In another example embodiment, an apparatus comprises a first camera configured to produce a high quality image; a second camera configured to produce images of lower quality; and electronic circuitry linked to the first camera and the second camera, the electronic circuitry comprising a controller having a memory and a processor, the electronic circuitry configured to operate on data pertaining to the high quality image and pertaining to the images of lower quality to produce an enhanced high quality image as output data. One of the first camera and the second camera may be strongly calibrated and the other of the first camera and the second camera may be weakly calibrated. In the alternative, the first camera and the second camera may be strongly calibrated relative to each other. When the first and second cameras are strongly calibrated relative to each other; defocus information in the first camera may be used as an additional cue to disambiguate disparity values to further enhance a disparity map.
Any of the foregoing example embodiments may be implemented in software, hardware, application logic, or a combination of software, hardware, and application logic. The software, application logic, and/or hardware may reside in the video player (or other device). If desired, all or part of the software, application logic, and/or hardware may reside at any other suitable location. In an example embodiment, the application logic, software, or an instruction set is maintained on any one of various conventional computer-readable media. A “computer-readable medium” may be any media or means that can contain, store, communicate, propagate, or transport instructions for use by or in connection with an instruction execution system, apparatus, or device, such as a computer. A computer-readable medium may comprise a computer-readable storage medium that may be any media or means that can contain or store the instructions for use by or in connection with an instruction execution system, apparatus, or device, such as a computer.
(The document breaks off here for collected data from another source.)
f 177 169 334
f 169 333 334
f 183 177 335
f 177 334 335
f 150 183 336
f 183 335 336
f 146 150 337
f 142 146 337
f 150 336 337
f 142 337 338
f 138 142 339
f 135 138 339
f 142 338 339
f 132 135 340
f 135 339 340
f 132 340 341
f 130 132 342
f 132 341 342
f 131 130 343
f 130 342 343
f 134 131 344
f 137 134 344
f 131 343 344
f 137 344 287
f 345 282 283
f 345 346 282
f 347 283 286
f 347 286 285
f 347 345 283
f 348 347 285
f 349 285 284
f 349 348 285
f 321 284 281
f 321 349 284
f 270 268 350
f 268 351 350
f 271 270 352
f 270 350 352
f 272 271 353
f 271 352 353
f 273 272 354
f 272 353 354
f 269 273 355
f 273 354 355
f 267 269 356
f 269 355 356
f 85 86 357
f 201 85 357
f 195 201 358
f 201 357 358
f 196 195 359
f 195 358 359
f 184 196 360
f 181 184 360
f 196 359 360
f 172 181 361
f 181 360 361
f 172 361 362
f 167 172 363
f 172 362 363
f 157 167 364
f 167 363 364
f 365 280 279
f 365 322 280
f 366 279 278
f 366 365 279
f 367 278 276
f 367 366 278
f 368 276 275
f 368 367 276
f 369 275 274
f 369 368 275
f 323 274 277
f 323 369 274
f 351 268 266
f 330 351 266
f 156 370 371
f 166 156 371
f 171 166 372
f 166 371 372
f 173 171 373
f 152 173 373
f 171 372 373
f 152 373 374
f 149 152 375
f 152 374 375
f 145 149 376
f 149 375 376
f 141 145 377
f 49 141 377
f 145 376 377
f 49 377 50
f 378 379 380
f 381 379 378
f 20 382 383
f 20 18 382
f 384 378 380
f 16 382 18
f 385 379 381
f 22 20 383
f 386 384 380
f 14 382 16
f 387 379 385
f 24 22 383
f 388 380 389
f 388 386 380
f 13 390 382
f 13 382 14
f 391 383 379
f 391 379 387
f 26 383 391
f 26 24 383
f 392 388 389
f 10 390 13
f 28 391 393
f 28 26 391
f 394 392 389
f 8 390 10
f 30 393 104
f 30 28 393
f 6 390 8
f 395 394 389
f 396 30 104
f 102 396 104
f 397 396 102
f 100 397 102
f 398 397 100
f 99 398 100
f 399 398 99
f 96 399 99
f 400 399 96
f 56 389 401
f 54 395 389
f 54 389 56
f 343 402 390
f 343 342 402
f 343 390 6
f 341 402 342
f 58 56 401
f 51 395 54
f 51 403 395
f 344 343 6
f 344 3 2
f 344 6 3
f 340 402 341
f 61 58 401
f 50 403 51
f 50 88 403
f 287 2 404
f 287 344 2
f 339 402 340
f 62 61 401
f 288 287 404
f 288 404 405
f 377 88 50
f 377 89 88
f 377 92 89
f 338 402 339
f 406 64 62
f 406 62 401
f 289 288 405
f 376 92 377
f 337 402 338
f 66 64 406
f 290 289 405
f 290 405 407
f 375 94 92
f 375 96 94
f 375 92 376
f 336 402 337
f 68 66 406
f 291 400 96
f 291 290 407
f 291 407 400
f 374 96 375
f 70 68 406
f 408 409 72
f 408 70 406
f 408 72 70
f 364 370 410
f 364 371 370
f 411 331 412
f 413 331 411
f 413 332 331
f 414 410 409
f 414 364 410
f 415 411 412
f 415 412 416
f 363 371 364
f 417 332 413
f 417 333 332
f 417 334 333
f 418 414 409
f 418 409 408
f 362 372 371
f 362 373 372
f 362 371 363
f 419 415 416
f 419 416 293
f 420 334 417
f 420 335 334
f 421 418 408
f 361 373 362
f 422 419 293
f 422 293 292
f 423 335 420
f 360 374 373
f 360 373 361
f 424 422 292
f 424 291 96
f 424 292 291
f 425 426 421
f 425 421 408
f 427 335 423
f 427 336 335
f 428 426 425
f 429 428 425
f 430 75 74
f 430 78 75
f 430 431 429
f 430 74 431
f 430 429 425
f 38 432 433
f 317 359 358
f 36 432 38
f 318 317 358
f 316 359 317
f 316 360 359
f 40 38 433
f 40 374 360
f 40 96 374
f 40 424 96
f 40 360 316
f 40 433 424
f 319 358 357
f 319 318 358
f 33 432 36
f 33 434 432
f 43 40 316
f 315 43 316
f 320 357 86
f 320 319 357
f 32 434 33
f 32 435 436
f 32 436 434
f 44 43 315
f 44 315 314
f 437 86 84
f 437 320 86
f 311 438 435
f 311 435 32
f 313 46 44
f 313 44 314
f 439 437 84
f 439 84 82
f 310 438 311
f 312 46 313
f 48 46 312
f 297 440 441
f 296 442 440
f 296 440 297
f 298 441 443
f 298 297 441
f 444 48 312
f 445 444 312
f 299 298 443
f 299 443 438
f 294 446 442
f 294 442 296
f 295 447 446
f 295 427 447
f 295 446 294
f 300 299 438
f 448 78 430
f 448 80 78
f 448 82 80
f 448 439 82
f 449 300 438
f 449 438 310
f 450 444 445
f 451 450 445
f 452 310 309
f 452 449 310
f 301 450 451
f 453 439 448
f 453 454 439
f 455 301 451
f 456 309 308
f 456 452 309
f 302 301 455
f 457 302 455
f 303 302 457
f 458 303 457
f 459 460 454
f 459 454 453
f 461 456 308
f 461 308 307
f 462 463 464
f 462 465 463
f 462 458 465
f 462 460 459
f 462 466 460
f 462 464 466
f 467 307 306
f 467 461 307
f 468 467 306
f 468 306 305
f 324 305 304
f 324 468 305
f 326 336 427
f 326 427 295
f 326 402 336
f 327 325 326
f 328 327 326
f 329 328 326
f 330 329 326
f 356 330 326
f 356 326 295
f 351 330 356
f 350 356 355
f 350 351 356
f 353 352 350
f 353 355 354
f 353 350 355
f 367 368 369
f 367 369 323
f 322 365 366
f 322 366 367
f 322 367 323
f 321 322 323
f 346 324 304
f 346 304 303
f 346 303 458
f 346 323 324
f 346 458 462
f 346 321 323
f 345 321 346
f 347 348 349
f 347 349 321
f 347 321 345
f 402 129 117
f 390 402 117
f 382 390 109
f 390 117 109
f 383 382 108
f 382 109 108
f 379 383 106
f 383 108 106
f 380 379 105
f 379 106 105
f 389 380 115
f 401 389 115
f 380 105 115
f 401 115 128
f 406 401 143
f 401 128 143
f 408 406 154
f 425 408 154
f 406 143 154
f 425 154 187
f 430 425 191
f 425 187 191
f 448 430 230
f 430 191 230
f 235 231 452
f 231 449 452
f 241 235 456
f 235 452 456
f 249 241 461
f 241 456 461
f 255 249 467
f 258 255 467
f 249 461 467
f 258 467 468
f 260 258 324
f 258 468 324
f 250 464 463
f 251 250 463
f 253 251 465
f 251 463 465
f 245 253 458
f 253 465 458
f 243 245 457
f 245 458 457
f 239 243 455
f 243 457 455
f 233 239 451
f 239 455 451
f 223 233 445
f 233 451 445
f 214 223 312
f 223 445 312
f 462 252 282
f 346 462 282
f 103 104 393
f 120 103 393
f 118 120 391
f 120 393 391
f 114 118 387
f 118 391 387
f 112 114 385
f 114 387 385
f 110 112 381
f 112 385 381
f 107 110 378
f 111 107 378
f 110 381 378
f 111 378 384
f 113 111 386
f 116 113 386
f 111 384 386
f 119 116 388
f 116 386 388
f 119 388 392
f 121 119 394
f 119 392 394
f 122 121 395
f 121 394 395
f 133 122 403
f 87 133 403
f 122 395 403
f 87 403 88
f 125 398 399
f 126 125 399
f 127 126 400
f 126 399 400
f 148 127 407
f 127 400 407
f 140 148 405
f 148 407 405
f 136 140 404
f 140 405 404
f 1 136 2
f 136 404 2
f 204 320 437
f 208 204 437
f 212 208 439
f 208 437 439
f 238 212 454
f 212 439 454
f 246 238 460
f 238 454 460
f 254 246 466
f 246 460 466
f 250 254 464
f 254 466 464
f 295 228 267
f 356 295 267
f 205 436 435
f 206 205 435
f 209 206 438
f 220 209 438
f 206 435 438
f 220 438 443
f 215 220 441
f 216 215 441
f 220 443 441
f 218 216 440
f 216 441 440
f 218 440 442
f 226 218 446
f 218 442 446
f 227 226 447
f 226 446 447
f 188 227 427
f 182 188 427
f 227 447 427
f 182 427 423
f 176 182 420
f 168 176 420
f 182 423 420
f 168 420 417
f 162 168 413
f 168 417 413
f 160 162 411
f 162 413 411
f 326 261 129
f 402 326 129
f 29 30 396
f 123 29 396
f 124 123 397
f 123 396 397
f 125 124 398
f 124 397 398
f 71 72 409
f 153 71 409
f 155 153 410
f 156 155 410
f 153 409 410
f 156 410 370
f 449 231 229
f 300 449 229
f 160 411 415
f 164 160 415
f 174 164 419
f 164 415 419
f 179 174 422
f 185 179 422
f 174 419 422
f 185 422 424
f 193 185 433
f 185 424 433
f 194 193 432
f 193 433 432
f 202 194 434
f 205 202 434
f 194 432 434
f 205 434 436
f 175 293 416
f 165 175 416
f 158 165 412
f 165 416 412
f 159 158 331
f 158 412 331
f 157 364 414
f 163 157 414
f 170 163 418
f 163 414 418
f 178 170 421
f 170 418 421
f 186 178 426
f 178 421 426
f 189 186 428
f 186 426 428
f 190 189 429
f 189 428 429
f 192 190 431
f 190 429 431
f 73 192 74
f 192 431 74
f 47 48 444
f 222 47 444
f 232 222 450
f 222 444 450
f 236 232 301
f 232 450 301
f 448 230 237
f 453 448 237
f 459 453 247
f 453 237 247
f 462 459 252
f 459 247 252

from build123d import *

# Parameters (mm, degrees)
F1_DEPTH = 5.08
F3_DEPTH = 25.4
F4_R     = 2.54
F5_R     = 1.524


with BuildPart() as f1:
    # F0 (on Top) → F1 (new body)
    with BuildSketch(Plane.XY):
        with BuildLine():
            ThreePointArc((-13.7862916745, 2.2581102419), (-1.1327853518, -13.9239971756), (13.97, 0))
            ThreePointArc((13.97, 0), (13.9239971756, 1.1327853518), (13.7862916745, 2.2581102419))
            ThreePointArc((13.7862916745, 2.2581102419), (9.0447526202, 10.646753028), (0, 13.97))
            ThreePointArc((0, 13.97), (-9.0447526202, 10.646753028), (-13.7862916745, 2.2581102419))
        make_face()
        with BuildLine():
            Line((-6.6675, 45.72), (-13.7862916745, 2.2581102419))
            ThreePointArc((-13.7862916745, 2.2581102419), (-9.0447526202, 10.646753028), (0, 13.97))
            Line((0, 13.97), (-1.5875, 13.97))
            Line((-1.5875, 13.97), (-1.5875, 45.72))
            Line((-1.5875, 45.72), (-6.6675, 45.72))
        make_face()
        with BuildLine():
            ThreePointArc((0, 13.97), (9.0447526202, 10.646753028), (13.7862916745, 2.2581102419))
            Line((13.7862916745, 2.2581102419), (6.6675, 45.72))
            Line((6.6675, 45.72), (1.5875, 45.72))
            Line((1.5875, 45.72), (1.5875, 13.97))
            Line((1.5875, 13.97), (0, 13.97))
It should be understood that the foregoing description is only illustrative. Various alternatives and modifications can be devised by those skilled in the art. For example, features recited in the various dependent claims could be combined with each other in any suitable combination(s). In addition, features from different embodiments described above could be selectively combined into a new embodiment. Accordingly, the description is intended to embrace all such alternatives, modifications, and variances which fall within the scope of the appended claims.